◆ **What is being asked**
From the entries that follow, copy each line containing the word "radius".

◆ **Collection entries**

---

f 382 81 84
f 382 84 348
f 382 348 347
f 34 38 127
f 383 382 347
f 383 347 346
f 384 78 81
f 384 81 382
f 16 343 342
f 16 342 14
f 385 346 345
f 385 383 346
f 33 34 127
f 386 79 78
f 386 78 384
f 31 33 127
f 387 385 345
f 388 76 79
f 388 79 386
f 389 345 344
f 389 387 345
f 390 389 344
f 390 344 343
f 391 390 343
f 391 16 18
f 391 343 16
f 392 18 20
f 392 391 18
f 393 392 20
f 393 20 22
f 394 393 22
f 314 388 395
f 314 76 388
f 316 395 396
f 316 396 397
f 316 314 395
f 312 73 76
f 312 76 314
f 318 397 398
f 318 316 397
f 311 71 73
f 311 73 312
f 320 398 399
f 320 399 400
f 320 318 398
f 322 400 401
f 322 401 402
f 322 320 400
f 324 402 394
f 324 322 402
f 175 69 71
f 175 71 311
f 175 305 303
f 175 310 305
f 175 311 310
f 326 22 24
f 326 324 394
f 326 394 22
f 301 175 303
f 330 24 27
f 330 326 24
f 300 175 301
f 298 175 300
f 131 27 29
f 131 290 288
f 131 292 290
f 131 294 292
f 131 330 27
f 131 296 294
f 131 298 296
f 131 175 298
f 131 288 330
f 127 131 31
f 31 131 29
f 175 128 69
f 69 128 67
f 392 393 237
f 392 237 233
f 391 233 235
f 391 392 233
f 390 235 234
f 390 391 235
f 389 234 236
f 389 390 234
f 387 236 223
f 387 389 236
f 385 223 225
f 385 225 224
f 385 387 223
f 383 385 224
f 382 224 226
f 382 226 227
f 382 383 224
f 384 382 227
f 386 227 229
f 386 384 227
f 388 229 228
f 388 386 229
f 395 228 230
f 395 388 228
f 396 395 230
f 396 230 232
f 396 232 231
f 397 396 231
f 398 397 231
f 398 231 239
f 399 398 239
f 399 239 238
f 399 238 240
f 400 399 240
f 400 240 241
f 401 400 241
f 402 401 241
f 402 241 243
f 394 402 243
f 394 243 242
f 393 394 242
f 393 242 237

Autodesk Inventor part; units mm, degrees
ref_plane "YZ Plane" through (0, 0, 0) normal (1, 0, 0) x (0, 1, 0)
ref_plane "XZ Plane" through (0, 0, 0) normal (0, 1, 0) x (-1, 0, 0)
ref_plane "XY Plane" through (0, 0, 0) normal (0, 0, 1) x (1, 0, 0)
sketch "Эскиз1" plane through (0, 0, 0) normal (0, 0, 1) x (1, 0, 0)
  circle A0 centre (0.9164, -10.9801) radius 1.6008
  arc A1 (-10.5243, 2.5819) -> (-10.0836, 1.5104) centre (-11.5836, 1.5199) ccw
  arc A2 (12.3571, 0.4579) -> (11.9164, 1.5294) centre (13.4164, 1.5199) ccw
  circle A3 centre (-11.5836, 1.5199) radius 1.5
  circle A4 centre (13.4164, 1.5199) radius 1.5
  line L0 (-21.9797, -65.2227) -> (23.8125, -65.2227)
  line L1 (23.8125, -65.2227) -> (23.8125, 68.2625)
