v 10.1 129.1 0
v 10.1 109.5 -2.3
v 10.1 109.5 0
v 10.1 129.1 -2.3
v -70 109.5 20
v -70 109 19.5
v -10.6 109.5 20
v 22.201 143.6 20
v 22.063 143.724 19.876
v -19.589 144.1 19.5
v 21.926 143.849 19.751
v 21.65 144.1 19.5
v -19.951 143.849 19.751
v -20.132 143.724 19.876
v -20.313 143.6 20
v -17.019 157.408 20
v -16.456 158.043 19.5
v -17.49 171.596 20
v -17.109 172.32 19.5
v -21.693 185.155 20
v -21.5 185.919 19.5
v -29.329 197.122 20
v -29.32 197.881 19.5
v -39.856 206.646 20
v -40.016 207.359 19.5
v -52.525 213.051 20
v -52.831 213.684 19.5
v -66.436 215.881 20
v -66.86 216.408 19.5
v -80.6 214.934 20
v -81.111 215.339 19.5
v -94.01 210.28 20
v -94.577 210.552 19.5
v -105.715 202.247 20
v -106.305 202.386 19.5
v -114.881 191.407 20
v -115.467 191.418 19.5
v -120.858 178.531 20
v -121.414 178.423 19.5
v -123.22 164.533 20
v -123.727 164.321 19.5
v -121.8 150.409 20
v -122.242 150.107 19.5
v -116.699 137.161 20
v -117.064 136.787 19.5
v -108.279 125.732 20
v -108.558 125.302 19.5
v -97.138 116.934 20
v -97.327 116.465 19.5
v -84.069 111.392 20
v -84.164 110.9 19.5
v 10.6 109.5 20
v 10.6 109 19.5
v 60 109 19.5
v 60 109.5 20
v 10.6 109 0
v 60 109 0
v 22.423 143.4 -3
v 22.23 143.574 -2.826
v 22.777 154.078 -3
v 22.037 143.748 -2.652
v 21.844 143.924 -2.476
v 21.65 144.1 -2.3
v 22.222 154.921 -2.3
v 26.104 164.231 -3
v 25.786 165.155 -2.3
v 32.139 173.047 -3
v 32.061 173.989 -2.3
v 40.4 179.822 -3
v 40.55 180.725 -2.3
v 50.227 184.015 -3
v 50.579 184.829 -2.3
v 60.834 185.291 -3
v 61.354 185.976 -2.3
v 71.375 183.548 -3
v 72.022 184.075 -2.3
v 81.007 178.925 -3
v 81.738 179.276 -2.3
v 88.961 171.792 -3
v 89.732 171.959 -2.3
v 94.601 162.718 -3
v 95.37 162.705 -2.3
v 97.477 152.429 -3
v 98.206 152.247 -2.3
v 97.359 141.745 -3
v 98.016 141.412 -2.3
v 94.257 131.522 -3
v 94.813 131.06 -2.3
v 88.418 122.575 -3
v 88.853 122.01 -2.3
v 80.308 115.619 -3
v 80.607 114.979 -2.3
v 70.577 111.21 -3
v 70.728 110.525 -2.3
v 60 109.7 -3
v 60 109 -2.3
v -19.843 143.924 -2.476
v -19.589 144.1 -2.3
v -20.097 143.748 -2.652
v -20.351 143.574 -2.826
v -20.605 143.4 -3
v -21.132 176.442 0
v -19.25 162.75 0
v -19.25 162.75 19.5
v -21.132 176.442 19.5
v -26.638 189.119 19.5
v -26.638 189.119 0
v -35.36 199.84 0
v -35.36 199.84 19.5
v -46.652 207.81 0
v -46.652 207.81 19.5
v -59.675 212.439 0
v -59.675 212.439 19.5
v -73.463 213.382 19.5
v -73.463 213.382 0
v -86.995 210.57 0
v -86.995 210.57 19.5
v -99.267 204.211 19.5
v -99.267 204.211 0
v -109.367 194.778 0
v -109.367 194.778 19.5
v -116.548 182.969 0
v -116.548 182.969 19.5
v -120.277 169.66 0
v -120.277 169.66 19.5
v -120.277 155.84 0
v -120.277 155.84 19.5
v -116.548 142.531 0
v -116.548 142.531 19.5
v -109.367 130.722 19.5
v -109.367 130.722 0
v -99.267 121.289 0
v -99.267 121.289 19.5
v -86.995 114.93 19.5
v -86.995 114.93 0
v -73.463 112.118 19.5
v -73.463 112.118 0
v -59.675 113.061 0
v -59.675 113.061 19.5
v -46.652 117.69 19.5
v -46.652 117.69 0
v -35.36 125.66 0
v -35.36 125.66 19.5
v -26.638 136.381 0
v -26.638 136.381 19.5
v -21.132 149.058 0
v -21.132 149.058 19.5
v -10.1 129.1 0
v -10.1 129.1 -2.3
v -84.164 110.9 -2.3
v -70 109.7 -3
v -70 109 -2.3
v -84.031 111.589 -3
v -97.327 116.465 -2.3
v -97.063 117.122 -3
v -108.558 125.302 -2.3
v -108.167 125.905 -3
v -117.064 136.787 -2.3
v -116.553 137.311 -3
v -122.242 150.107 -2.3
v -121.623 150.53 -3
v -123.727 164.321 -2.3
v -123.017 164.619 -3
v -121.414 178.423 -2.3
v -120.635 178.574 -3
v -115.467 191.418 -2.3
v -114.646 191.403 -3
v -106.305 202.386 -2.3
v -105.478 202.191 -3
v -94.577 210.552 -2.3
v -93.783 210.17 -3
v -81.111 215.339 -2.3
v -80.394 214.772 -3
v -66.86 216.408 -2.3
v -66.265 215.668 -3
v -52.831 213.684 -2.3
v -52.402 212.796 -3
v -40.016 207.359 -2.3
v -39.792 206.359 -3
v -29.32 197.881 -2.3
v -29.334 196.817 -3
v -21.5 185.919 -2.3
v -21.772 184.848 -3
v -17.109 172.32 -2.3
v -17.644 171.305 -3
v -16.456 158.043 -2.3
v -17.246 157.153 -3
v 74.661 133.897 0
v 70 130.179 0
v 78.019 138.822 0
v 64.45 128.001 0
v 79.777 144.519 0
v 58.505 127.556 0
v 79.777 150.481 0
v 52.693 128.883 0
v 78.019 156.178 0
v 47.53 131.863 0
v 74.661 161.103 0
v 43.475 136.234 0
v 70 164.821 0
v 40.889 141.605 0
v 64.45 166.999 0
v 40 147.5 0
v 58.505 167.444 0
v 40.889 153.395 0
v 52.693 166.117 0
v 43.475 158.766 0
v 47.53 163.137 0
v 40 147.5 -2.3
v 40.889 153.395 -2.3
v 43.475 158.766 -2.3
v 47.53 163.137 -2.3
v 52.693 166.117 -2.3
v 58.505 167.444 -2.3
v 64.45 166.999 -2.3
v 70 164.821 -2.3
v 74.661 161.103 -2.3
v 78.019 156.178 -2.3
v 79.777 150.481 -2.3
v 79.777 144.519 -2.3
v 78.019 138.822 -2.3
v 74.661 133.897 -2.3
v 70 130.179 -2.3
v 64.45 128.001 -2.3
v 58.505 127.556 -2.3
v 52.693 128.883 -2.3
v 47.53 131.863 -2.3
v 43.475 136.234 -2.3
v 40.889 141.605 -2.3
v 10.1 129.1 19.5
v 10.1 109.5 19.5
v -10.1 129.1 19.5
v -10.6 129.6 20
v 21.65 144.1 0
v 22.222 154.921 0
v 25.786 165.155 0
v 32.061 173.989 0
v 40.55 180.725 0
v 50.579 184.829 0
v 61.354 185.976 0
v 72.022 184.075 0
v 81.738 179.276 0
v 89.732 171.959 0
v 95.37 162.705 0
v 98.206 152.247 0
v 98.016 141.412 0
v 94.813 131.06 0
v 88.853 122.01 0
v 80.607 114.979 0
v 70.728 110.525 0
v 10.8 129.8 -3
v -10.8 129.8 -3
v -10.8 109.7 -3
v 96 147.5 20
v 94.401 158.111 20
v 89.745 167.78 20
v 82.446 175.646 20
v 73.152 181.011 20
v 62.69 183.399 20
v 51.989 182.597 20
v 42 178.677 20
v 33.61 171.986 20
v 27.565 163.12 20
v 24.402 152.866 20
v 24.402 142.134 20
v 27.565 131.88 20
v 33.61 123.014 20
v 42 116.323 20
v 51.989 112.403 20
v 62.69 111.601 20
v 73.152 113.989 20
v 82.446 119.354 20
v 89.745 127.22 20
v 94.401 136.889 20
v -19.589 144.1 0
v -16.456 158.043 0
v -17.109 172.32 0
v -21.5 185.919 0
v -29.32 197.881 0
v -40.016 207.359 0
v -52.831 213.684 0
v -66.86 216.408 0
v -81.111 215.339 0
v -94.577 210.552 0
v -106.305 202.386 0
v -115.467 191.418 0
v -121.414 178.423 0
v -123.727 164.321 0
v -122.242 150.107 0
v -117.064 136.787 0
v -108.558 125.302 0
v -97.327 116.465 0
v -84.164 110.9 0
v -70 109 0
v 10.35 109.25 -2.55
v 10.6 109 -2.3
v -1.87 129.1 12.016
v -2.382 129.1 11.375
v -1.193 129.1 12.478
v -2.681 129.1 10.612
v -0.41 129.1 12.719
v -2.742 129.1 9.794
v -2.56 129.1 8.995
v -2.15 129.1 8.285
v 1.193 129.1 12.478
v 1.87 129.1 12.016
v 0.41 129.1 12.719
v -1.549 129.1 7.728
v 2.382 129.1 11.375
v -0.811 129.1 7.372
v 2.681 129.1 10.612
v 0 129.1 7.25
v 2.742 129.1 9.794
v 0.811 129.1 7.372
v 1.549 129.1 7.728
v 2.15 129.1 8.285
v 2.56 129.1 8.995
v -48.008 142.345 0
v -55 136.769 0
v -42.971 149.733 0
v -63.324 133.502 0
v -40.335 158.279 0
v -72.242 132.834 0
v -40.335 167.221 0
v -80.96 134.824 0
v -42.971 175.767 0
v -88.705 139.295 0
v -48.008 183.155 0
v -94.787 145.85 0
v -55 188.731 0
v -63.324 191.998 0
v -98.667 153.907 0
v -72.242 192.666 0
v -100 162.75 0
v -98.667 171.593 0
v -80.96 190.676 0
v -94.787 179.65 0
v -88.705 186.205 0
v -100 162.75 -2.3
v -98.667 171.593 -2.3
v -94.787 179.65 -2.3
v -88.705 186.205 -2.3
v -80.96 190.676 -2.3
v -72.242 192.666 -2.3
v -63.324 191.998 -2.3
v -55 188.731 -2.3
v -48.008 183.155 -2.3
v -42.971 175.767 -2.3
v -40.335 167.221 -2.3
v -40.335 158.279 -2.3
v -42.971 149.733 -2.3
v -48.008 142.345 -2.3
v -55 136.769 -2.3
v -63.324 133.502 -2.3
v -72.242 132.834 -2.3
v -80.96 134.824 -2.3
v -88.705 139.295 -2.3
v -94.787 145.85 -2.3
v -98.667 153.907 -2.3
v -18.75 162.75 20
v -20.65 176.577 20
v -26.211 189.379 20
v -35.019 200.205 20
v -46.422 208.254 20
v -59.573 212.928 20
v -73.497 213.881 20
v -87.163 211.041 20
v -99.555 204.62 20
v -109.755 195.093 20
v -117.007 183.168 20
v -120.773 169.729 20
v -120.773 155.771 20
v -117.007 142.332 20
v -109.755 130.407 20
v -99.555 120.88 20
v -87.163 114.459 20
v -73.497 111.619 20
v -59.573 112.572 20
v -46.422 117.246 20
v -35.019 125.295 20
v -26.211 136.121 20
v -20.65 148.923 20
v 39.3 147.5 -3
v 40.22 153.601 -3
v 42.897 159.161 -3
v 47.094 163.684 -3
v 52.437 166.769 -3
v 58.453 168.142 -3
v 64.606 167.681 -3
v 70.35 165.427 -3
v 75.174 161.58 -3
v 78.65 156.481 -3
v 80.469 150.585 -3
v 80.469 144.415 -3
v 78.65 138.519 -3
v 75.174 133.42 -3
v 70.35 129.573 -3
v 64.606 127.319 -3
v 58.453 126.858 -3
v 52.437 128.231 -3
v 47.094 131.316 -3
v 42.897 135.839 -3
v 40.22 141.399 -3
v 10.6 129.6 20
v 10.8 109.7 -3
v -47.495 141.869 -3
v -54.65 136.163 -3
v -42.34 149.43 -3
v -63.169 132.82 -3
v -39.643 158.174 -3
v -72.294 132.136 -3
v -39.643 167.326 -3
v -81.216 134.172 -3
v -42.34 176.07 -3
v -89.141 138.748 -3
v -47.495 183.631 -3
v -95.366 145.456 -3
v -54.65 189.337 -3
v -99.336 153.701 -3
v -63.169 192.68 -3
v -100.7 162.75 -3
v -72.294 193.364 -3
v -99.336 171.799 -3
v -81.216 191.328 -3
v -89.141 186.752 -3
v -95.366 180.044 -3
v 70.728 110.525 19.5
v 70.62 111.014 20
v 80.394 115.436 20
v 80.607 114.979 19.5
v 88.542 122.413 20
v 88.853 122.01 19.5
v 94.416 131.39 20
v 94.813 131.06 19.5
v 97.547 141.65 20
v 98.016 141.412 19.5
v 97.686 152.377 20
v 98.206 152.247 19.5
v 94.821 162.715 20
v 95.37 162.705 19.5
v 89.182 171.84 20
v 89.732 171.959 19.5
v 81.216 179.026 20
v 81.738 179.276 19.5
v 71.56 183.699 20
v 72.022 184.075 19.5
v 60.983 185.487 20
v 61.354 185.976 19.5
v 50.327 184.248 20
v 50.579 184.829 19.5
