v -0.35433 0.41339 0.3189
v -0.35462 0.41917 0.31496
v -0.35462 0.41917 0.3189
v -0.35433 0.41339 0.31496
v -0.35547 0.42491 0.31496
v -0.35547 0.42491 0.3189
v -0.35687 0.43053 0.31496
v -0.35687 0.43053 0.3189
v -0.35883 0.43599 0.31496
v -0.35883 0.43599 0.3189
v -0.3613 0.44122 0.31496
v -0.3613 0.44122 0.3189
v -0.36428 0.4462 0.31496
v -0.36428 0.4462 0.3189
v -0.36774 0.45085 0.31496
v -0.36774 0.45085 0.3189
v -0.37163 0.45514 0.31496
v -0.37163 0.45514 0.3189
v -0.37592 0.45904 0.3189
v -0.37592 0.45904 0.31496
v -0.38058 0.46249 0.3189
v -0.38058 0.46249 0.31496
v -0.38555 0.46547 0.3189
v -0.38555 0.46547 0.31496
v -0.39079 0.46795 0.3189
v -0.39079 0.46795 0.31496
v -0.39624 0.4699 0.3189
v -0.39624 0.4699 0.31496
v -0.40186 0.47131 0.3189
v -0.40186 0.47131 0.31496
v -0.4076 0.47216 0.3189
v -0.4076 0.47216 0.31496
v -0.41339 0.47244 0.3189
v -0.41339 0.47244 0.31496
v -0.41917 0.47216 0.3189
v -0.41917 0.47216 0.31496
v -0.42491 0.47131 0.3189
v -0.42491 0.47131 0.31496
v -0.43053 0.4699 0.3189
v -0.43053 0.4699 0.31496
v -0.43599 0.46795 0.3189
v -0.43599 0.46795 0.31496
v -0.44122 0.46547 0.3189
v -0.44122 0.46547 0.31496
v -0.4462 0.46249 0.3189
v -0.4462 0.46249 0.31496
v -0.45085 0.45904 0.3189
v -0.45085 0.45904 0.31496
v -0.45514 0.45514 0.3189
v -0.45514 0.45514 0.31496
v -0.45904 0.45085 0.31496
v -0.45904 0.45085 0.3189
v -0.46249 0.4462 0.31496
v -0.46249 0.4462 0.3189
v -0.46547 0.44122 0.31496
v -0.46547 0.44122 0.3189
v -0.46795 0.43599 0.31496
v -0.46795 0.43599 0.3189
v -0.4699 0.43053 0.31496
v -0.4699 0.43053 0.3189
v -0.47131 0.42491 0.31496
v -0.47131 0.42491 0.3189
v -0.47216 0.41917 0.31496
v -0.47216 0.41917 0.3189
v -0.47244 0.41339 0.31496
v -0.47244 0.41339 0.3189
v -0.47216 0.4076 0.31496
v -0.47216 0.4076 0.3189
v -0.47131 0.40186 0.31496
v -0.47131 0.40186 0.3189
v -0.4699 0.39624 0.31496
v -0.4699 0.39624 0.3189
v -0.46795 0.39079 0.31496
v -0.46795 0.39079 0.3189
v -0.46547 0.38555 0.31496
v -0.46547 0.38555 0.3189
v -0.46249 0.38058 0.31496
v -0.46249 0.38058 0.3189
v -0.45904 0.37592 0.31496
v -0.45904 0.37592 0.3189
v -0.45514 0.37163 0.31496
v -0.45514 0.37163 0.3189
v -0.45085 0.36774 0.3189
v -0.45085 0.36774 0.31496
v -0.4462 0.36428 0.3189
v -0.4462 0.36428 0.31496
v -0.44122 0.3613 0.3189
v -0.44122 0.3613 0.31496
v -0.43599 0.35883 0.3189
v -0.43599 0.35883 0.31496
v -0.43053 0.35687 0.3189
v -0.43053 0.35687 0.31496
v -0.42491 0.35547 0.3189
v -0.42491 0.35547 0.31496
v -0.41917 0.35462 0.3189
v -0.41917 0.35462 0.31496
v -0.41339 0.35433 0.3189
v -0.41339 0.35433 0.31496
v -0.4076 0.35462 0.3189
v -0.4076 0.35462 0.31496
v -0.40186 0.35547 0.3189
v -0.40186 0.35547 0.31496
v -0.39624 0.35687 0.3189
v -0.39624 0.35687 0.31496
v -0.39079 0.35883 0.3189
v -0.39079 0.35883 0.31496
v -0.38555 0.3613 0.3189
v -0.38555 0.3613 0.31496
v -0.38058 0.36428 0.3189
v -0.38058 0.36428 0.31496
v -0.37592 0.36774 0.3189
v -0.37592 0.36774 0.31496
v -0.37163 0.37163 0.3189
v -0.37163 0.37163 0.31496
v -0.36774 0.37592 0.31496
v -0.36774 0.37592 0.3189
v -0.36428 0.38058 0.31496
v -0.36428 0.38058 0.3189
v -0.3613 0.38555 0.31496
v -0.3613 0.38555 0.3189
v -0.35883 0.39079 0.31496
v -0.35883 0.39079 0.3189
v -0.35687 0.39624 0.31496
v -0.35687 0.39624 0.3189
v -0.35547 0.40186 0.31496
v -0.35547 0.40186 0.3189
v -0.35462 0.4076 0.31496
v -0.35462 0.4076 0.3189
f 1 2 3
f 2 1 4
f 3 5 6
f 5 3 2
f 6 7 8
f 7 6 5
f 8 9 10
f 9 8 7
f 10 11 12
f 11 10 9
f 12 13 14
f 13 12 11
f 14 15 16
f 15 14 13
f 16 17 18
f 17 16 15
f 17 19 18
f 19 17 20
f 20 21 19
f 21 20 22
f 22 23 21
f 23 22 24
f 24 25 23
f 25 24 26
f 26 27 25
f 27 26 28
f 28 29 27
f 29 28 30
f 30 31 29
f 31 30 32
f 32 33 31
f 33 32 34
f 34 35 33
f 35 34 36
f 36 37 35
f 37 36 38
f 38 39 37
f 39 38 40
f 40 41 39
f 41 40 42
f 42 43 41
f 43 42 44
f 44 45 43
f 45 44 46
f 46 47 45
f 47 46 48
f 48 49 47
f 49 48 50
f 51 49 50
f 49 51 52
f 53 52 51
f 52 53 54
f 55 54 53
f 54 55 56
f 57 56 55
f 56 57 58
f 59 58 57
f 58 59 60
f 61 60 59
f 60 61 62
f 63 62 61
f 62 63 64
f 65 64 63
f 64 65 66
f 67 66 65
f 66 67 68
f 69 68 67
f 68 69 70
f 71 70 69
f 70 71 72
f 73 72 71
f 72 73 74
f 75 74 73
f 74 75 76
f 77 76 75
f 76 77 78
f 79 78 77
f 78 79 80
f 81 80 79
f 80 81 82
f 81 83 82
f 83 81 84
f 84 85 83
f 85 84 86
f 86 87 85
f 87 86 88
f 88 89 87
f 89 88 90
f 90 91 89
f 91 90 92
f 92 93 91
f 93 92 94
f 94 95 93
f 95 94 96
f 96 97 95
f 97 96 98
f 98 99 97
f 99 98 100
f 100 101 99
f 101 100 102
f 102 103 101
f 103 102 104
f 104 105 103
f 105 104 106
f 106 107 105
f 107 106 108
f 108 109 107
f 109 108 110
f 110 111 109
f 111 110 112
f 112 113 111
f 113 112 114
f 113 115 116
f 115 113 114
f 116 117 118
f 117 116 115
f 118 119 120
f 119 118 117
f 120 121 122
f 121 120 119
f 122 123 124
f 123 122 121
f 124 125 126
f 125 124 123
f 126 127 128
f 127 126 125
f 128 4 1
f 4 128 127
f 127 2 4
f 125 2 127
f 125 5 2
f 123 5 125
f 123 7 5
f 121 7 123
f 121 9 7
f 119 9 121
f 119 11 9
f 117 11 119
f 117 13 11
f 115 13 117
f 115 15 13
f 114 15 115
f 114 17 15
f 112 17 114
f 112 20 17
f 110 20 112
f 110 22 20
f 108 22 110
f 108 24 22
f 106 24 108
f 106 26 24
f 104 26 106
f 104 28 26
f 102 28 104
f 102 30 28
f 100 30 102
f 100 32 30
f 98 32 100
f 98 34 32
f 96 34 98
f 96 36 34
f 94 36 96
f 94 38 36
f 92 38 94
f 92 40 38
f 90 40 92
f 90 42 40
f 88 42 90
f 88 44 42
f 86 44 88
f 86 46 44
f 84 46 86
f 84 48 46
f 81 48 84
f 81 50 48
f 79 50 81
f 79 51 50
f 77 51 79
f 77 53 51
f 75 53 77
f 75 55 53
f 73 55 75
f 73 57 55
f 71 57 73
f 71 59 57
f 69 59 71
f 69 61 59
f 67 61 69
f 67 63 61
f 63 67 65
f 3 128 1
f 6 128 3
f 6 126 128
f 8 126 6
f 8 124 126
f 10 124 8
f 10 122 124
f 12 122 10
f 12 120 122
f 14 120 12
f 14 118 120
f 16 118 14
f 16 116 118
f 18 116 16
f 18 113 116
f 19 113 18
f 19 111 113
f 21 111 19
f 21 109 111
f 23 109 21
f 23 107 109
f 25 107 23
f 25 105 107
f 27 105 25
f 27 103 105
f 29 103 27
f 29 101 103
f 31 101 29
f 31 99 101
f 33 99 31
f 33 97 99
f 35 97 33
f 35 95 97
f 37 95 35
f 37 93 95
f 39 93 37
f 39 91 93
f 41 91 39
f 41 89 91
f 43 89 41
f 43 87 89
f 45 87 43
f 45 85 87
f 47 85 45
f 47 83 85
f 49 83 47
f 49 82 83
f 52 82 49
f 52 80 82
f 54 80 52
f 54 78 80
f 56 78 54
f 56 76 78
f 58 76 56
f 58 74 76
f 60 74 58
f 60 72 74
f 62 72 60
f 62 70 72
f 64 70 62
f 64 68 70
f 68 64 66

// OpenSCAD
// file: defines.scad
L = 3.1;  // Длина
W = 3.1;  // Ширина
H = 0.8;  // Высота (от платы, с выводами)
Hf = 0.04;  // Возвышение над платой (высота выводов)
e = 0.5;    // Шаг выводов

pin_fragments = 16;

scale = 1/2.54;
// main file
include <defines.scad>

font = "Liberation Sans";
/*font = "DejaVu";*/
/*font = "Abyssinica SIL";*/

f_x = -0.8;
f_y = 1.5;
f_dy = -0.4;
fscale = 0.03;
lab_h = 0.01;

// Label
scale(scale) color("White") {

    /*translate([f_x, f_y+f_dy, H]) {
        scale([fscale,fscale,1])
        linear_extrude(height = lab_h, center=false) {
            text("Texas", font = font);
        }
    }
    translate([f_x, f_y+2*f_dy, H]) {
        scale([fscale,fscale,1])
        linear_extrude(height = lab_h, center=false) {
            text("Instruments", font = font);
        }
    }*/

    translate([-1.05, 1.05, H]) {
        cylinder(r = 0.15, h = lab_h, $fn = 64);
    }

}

---

◆ **Solved exercise**
  circle A0 centre (0.9164, -10.9801) radius 1.6008
  circle A3 centre (-11.5836, 1.5199) radius 1.5
  circle A4 centre (13.4164, 1.5199) radius 1.5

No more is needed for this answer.